A high density SNP array for the domestic horse and extant Perissodactyla: utility for association mapping, genetic diversity, and phylogeny studies

Abstract

An equine SNP genotyping array was developed and evaluated on a panel of samples representing 14 domestic horse breeds and 18 evolutionarily related species. More than 54,000 polymorphic SNPs provided an average inter-SNP spacing of ∼43 kb. The mean minor allele frequency across domestic horse breeds was 0.23, and the number of polymorphic SNPs within breeds ranged from 43,287 to 52,085. Genome-wide linkage disequilibrium (LD) in most breeds declined rapidly over the first 50-100 kb and reached background levels within 1-2 Mb. The extent of LD and the level of inbreeding were highest in the Thoroughbred and lowest in the Mongolian and Quarter Horse. Multidimensional scaling (MDS) analyses demonstrated the tight grouping of individuals within most breeds, close proximity of related breeds, and less tight grouping in admixed breeds. The close relationship between the Przewalski's Horse and the domestic horse was demonstrated by pair-wise genetic distance and MDS. Genotyping of other Perissodactyla (zebras, asses, tapirs, and rhinoceros) was variably successful, with call rates and the number of polymorphic loci varying across taxa. Parsimony analysis placed the modern horse as sister taxa to Equus przewalski. The utility of the SNP array in genome-wide association was confirmed by mapping the known recessive chestnut coat color locus (MC1R) and defining a conserved haplotype of ∼750 kb across all breeds. These results demonstrate the high quality of this SNP genotyping resource, its usefulness in diverse genome analyses of the horse, and potential use in related species.

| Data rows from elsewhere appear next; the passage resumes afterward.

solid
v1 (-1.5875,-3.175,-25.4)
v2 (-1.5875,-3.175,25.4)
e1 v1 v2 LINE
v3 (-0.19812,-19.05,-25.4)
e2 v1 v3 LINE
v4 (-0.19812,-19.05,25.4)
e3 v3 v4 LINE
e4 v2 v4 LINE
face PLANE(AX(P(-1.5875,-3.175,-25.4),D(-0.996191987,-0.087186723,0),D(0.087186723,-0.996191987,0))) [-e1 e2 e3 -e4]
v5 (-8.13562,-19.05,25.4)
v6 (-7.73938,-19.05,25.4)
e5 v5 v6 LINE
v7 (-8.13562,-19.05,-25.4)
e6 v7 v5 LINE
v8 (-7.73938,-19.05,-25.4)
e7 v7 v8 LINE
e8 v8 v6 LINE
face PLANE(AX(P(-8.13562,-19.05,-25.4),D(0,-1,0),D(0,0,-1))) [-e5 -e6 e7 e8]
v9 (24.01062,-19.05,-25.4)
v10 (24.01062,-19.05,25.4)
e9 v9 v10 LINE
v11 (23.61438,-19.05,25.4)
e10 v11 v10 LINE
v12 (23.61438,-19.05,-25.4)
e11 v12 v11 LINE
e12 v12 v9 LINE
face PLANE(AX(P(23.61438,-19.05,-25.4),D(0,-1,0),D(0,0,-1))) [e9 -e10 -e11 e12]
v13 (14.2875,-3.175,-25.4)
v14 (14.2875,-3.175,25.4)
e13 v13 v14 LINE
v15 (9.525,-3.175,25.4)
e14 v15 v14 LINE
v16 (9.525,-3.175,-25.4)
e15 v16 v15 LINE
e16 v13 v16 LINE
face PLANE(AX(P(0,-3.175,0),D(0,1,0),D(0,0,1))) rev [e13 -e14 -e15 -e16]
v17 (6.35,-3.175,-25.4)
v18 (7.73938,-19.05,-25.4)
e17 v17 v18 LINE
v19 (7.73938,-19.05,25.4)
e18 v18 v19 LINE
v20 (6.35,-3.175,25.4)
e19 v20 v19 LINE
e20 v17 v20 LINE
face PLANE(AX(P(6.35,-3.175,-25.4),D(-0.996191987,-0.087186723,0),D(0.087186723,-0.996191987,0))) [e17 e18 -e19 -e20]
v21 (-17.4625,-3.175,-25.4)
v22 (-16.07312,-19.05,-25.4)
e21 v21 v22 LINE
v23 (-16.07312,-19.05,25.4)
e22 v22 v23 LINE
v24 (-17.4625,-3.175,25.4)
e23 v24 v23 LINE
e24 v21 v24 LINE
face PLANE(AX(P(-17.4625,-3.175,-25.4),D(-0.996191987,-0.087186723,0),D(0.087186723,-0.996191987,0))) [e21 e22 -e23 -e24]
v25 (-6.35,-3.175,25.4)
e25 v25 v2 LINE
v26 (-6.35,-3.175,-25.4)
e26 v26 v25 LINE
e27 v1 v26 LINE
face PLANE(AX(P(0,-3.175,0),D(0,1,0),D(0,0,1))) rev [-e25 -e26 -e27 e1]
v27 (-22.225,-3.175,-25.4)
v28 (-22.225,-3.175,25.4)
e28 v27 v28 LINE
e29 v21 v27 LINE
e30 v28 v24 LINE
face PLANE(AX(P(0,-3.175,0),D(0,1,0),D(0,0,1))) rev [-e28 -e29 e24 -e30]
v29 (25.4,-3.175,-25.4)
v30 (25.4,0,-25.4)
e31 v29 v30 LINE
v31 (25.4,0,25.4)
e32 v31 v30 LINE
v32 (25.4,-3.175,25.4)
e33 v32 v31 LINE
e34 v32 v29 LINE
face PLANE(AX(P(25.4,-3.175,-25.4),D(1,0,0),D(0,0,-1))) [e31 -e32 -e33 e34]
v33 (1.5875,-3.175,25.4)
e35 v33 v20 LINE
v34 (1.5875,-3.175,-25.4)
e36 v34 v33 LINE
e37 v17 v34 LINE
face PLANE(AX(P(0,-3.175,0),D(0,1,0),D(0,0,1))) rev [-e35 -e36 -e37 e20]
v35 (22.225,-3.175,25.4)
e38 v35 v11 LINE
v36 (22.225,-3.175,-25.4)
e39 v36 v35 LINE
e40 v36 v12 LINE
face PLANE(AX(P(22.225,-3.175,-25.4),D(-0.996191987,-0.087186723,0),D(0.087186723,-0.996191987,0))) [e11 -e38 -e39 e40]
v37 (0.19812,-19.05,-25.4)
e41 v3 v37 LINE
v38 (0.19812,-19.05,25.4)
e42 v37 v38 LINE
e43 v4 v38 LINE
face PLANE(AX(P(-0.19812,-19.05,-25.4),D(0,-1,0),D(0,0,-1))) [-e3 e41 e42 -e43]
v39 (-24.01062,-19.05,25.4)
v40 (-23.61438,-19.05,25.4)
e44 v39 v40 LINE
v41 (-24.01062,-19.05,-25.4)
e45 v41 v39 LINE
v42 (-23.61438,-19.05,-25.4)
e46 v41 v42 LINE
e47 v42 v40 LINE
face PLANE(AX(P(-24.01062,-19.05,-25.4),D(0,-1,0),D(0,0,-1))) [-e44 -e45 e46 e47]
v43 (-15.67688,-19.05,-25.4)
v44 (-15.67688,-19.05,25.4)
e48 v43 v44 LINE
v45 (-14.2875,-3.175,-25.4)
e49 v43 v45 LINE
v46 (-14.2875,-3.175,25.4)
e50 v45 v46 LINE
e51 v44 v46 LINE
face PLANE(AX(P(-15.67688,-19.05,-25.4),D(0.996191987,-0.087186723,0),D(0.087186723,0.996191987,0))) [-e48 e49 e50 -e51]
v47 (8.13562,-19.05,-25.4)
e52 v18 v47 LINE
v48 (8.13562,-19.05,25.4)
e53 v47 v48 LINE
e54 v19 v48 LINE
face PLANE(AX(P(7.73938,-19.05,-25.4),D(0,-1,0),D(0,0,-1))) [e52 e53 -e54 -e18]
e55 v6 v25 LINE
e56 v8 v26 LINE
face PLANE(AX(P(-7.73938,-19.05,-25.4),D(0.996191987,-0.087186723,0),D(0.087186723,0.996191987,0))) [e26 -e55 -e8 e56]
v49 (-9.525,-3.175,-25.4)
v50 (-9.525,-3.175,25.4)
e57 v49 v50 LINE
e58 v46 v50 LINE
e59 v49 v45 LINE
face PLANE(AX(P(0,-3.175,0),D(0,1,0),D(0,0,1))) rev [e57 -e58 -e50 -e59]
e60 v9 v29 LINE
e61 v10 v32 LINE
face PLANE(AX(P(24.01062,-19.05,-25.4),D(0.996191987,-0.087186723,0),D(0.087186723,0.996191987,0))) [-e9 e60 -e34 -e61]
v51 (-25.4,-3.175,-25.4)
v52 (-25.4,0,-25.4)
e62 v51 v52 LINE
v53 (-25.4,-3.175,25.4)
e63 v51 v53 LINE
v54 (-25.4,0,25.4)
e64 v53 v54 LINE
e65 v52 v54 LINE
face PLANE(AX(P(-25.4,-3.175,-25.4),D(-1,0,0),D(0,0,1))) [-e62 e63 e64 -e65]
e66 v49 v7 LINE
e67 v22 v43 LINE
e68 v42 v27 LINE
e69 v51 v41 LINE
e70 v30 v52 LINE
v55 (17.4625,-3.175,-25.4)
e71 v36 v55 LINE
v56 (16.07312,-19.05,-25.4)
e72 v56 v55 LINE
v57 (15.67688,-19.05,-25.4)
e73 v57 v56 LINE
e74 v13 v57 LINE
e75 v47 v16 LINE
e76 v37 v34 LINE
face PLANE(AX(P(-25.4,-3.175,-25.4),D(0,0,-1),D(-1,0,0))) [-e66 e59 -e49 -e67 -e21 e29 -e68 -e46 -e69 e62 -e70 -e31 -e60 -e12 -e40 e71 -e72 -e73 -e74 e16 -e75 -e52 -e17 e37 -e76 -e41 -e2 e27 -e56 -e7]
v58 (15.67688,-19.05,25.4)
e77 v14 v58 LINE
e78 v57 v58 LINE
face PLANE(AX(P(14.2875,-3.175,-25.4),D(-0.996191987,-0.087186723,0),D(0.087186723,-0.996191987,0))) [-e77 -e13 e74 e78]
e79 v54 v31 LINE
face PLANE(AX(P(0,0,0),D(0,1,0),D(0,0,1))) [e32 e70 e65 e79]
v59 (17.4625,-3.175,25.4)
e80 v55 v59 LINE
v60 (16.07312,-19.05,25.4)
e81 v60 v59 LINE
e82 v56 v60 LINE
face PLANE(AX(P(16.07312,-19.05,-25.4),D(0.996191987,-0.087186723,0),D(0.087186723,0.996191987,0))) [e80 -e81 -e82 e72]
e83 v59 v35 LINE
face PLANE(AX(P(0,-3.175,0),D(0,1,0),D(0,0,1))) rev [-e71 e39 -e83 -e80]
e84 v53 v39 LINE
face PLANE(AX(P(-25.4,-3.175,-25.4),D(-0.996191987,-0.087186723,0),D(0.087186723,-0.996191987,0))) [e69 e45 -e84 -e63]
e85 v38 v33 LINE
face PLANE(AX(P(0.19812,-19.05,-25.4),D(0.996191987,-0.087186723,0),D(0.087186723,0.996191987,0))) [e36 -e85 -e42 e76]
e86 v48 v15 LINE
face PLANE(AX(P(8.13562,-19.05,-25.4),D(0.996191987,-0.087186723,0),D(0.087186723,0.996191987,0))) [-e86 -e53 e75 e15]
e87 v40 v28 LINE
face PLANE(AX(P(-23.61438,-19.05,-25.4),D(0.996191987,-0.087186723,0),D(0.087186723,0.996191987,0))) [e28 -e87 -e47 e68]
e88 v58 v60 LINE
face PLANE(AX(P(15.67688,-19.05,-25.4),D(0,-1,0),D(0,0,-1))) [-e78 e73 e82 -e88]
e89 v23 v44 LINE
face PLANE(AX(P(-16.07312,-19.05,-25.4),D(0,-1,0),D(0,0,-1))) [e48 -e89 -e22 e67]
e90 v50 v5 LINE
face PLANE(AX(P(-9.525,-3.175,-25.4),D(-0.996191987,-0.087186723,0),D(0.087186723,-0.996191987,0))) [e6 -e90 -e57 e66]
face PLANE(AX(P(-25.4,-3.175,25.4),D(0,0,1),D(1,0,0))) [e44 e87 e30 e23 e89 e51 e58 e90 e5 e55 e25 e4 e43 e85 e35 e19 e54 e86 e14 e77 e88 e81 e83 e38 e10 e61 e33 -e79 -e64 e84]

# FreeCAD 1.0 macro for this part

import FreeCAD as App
import Part
import Sketcher
from FreeCAD import Vector
Q = App.Units.Quantity

doc = App.newDocument("Part")
body = doc.addObject("PartDesign::Body", "Body")

# Sketch on XZ plane
sketch1 = body.newObject("Sketcher::SketchObject", "Sketch")
sketch1.AttachmentSupport = (doc.getObject("XZ_Plane"), [""])
sketch1.MapMode = "FlatFace"
sketch1.addGeometry([
    Part.LineSegment(Vector(-25, -25, 0), Vector(-25, 25, 0)),
    Part.LineSegment(Vector(-25, 25, 0), Vector(25, 25, 0)),
    Part.LineSegment(Vector(25, 25, 0), Vector(25, -25, 0)),
    Part.LineSegment(Vector(25, -25, 0), Vector(-25, -25, 0)),
], False)
sketch1.addConstraint([
    Sketcher.Constraint("Coincident", 0, 2, 1, 1),
    Sketcher.Constraint("Coincident", 1, 2, 2, 1),
    Sketcher.Constraint("Coincident", 2, 2, 3, 1),
    Sketcher.Constraint("Coincident", 3, 2, 0, 1),
    Sketcher.Constraint("Vertical", 0),
    Sketcher.Constraint("Horizontal", 1),
    Sketcher.Constraint("Vertical", 2),
    Sketcher.Constraint("Horizontal", 3),
    Sketcher.Constraint("Symmetric", 0, 2, 2, 2, -1, 1),
    Sketcher.Constraint("Equal", 3, 0),
    Sketcher.Constraint("DistanceX", 1, 1, 1, 2, Q("2 in")),
])
pad1 = body.newObject("PartDesign::Pad", "Pad")
pad1.Profile = sketch1
pad1.Length = Q("0.125 in")

# Sketch on XY plane
sketch2 = body.newObject("Sketcher::SketchObject", "Sketch001")
sketch2.AttachmentSupport = (doc.getObject("XY_Plane"), [""])
sketch2.MapMode = "FlatFace"
sketch2.AttachmentOffset = App.Placement(Vector(0, 0, 1 * 25.4), App.Rotation())
sketch2.addGeometry([
    Part.LineSegment(Vector(-25.4, -3.17, 0), Vector(-24.01, -19.05, 0)),
    Part.LineSegment(Vector(-24.01, -19.05, 0), Vector(-23.61, -19.05, 0)),
    Part.LineSegment(Vector(-23.61, -19.05, 0), Vector(-22.23, -3.17, 0)),
    Part.LineSegment(Vector(-22.23, -3.17, 0), Vector(-25.4, -3.17, 0)),
], False)
sketch2.addConstraint([
    Sketcher.Constraint("Coincident", 0, 2, 1, 1),
    Sketcher.Constraint("Coincident", 1, 2, 2, 1),
    Sketcher.Constraint("Coincident", 2, 2, 3, 1),
    Sketcher.Constraint("Coincident", 3, 2, 0, 1),
    Sketcher.Constraint("Horizontal", 1),
    Sketcher.Constraint("Horizontal", 3),
    Sketcher.Constraint("Equal", 0, 2),
    Sketcher.Constraint("DistanceX", 3, 2, -1, 1, Q("1 in")),
    Sketcher.Constraint("DistanceX", 3, 2, 3, 1, Q("0.125 in")),
    Sketcher.Constraint("DistanceY", 0, 2, -1, 1, Q("0.75 in")),
    Sketcher.Constraint("DistanceX", 1, 1, 1, 2, Q("0.0156 in")),
    Sketcher.Constraint("DistanceY", 2, 2, -1, 1, Q("0.125 in")),
])
pad2 = body.newObject("PartDesign::Pad", "Pad001")
pad2.Profile = sketch2
pad2.Length = Q("2 in")
pad2.Reversed = True
doc.recompute()

linearpattern = body.newObject("PartDesign::LinearPattern", "LinearPattern")
linearpattern.Originals = [pad2]
linearpattern.Direction = (doc.getObject("X_Axis"), [""])
linearpattern.Mode = "offset"
linearpattern.Offset = Q("0.3125 in")
linearpattern.Occurrences = 7
body.Tip = linearpattern

doc.recompute()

Figure 1. Decline in genome-wide linkage disequilibrium across and within breeds.

Genome-wide linkage disequilibrium (LD) was estimated both within a given breed, and across all breeds, by calculating r² values between all pairs of SNPs with inter-SNP distances of less than 4 Mb as described in Materials and Methods.

Figure 2. Distribution of pair-wise genetic distances.

a), within and between domestic horse breeds; b), between domestic horse breeds and between domestic horse breeds and Przewalski's Horse. Genetic distance (D) between pair-wise combinations of individuals was calculated as described in Materials and Methods.

Figure 3. Multidimensional scaling with 14 domestic horse breeds.

Metric multidimensional scaling analysis of pair-wise genetic distance was used as described in Materials and Methods to identify relationships between the 14 domestic horse breeds.

Figure 4. Phylogenetic tree of extant Hippomorpha.

Unrooted cladogram constructed via parsimony analysis, considering only the Hippomorpha, using 40,697 autosomal markers. Bootstrap support >50% calculated from 1000 replicates is shown.

Figure 5. Phylogenetic tree of domestic horse breeds and Przewalski's Horse.

Parsimony analysis across 46,244 autosomal loci in the Domestic and Przewalski's Horse. The tree is rooted with the domestic ass.

Figure 6. Allele association analysis for three known equine coat color loci.

a), mapping of the chestnut locus across breeds, based on inferred coat color phenotype; b), mapping of the black (agouti) locus across breeds, based on inferred black coat color; c), mapping of the gray locus across breeds. Phenotypes were inferred from the genotypes at 9 known coat color loci and known inheritance models as described in Materials and Methods. Unstructured case control association analyses using chi-square tests for allelic association were then performed on a pruned SNP set also as described in Materials and Methods. SNPs on each chromosome are labeled with a different color on the X axis as indicated.